▶ **PROBLEM REQUIREMENTS**:
From the opening line of the records through the line bearing "FreeCAD Python script", set down every line exactly.

▶ **RECORDS SHOWN**:
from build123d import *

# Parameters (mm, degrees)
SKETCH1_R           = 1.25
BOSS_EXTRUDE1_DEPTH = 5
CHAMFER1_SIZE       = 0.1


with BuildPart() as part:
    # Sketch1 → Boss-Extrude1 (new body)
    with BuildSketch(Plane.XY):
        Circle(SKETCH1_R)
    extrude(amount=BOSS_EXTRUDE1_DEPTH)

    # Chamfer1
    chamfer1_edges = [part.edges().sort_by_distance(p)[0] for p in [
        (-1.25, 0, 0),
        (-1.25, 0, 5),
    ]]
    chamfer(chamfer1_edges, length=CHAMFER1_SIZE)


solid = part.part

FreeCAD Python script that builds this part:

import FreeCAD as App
import Part
import Sketcher
from FreeCAD import Vector
Q = App.Units.Quantity


def edges_at(feature, points):
    """Names of the edges that pass closest to the given points."""
    edges = feature.Shape.Edges
    near = lambda p: min(range(len(edges)), key=lambda i: edges[i].distToShape(Part.Vertex(*p))[0])
    return sorted({f"Edge{near(p) + 1}" for p in points})

doc = App.newDocument("Part")
body = doc.addObject("PartDesign::Body", "Body")

# Sketch on XY plane
sketch1 = doc.addObject("Sketcher::SketchObject", "Sketch")
body.addObject(sketch1)
sketch1.AttachmentSupport = (doc.XY_Plane, [""])
sketch1.MapMode = "FlatFace"
sketch1.addGeometry(Part.Circle(Vector(0, 0, 0), Vector(0, 0, 1), 1.2), False)
sketch1.addConstraint([
    Sketcher.Constraint("Coincident", 0, 3, -1, 1),
    Sketcher.Constraint("Diameter", 0, Q("2.5 mm")),
])
pad1 = doc.addObject("PartDesign::Pad", "Pad")
body.addObject(pad1)
pad1.Profile = sketch1
pad1.Length = 5
doc.recompute()

chamfer = doc.addObject("PartDesign::Chamfer", "Chamfer")
body.addObject(chamfer)
chamfer.Base = (pad1, edges_at(pad1, [(-1.25, 0, 0), (-1.25, 0, 5)]))
chamfer.Size = 0.1

doc.recompute()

▶ **WRITTEN RESPONSE**:
from build123d import *

# Parameters (mm, degrees)
SKETCH1_R           = 1.25
BOSS_EXTRUDE1_DEPTH = 5
CHAMFER1_SIZE       = 0.1


with BuildPart() as part:
    # Sketch1 → Boss-Extrude1 (new body)
    with BuildSketch(Plane.XY):
        Circle(SKETCH1_R)
    extrude(amount=BOSS_EXTRUDE1_DEPTH)

    # Chamfer1
    chamfer1_edges = [part.edges().sort_by_distance(p)[0] for p in [
        (-1.25, 0, 0),
        (-1.25, 0, 5),
    ]]
    chamfer(chamfer1_edges, length=CHAMFER1_SIZE)


solid = part.part

FreeCAD Python script that builds this part:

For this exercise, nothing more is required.